Friday, June 25, 2010


“Ewuaso Kdong”

Our next stop that day was the Compassion center at Ewuaso Kdong. Earlier in the week, when we had visited the Compassion center in Nairobi, we thought we knew what Compassion was doing for its sponsored children. But here in the tiny village of Ewuaso Kdong, where three of our team members had children, we actually got into the guts of Compassion, some of us more so than others.

Michelle, Amanda and the Bells got to meet the children they sponsor and to commemorate the visit they each planted an avocado tree. We all split up then so that we could each go to the home of one of the children. Geoff, Cathy and I went with Michelle to the traditional Maasai home of her little boy.

The homes of the Maasai are usually within a manyatta. A manyatta is a group of small family homes surrounded by a fence made of brush piled around the perimeter. At night, the family’s herds of goats or cattle are brought within the fence for safety and to keep them from wandering off. Extended family and one man’s several wives and children live in the different small homes throughout the manyatta.

And by small home I mean a stick and mud hut somewhere around fifteen feet square.

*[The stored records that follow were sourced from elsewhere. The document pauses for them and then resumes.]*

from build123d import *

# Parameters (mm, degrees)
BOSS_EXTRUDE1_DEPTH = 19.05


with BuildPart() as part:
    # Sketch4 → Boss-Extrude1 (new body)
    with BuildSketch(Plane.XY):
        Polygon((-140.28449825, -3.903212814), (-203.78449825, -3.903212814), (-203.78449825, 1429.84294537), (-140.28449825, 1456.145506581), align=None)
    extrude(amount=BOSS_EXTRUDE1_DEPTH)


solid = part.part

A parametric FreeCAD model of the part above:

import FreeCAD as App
import Part
import Sketcher
from FreeCAD import Vector
Q = App.Units.Quantity


def add_polygon(sketch, points):
    """Adds a closed chain of lines whose ends are joined by coincident constraints."""
    first, n = sketch.GeometryCount, len(points)
    for a, b in zip(points, points[1:] + points[:1]):
        sketch.addGeometry(Part.LineSegment(App.Vector(*a, 0), App.Vector(*b, 0)), False)
    for i in range(n):
        sketch.addConstraint(Sketcher.Constraint("Coincident", first + i, 2, first + (i + 1) % n, 1))

doc = App.newDocument("Part")
body = doc.addObject("PartDesign::Body", "Body")

sketch1 = body.newObject("Sketcher::SketchObject", "Sketch")
sketch1.AttachmentSupport = (doc.getObject("XY_Plane"), [""])
sketch1.MapMode = "FlatFace"
add_polygon(sketch1, [(-204, -4), (-140, -4), (-140, 1456), (-204, 1430)])
sketch1.addConstraint([
    Sketcher.Constraint("Horizontal", 0),
    Sketcher.Constraint("Vertical", 1),
    Sketcher.Constraint("Vertical", 3),
    Sketcher.Constraint("DistanceX", 0, 1, 0, 2, Q("2.5 in")),
    Sketcher.Constraint("Angle", 2, Q("-157.5 deg")),
    Sketcher.Constraint("DistanceY", 1, 1, 1, 2, 1460.048719),
    Sketcher.Constraint("DistanceX", 0, 2, -1, 1, 140.284498),
    Sketcher.Constraint("DistanceY", 0, 2, -1, 1, 3.903213),
])
pad1 = body.newObject("PartDesign::Pad", "Pad")
pad1.Profile = sketch1
pad1.Length = Q("0.75 in")

doc.recompute()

Since they don’t have doors, to get into the home we went through a narrow opening, turned sharply in one direction and then the next, ducking the whole time as the ceiling was less than five feet high. In the tiny room we found ourselves in there was a small open fire, a few shelves for cooking gear, a bench that the four of us sat on elbow to elbow, a bed and not much else.

Our host gave us each a cup of steaming hot chai tea, which would be ok on a winter day –oh that’s right, it was winter in Kenya. Yet the temperature in this mud hut had to be close to 100 degrees. I know that you can buy chai tea all over now in the US, but I have yet to find any that is anywhere close to the chai we drank with the Maasai. Made with boiling goat’s milk and lots of sugar, it reminded me of some weird melted ice cream. The first couple sips, once it cooled off enough to drink, were really good, but it didn’t take long for it to taste just too sweet. And for me to say that, you know it had to be sweet.

Over in the home of Amanda’s Compassion girl, however, in addition to chai tea, Amanda, Val, Kari and Jon were served the next most common thing in the Maasai diet – goat meat stew. Along with whatever vegetables are available, usually potatoes and cabbage, the Maasai will throw in just about everything from the goat, including some of the internal organs. Val, lucky girl that she always is, got to have some of the guts on her plate. Of course, she didn’t know that until the little hairs, the villi from the inside of the intestine, got stuck between her teeth.

That probably still wasn’t as bad though as the raw goat kidney certain members of our team are going to encounter in a couple days.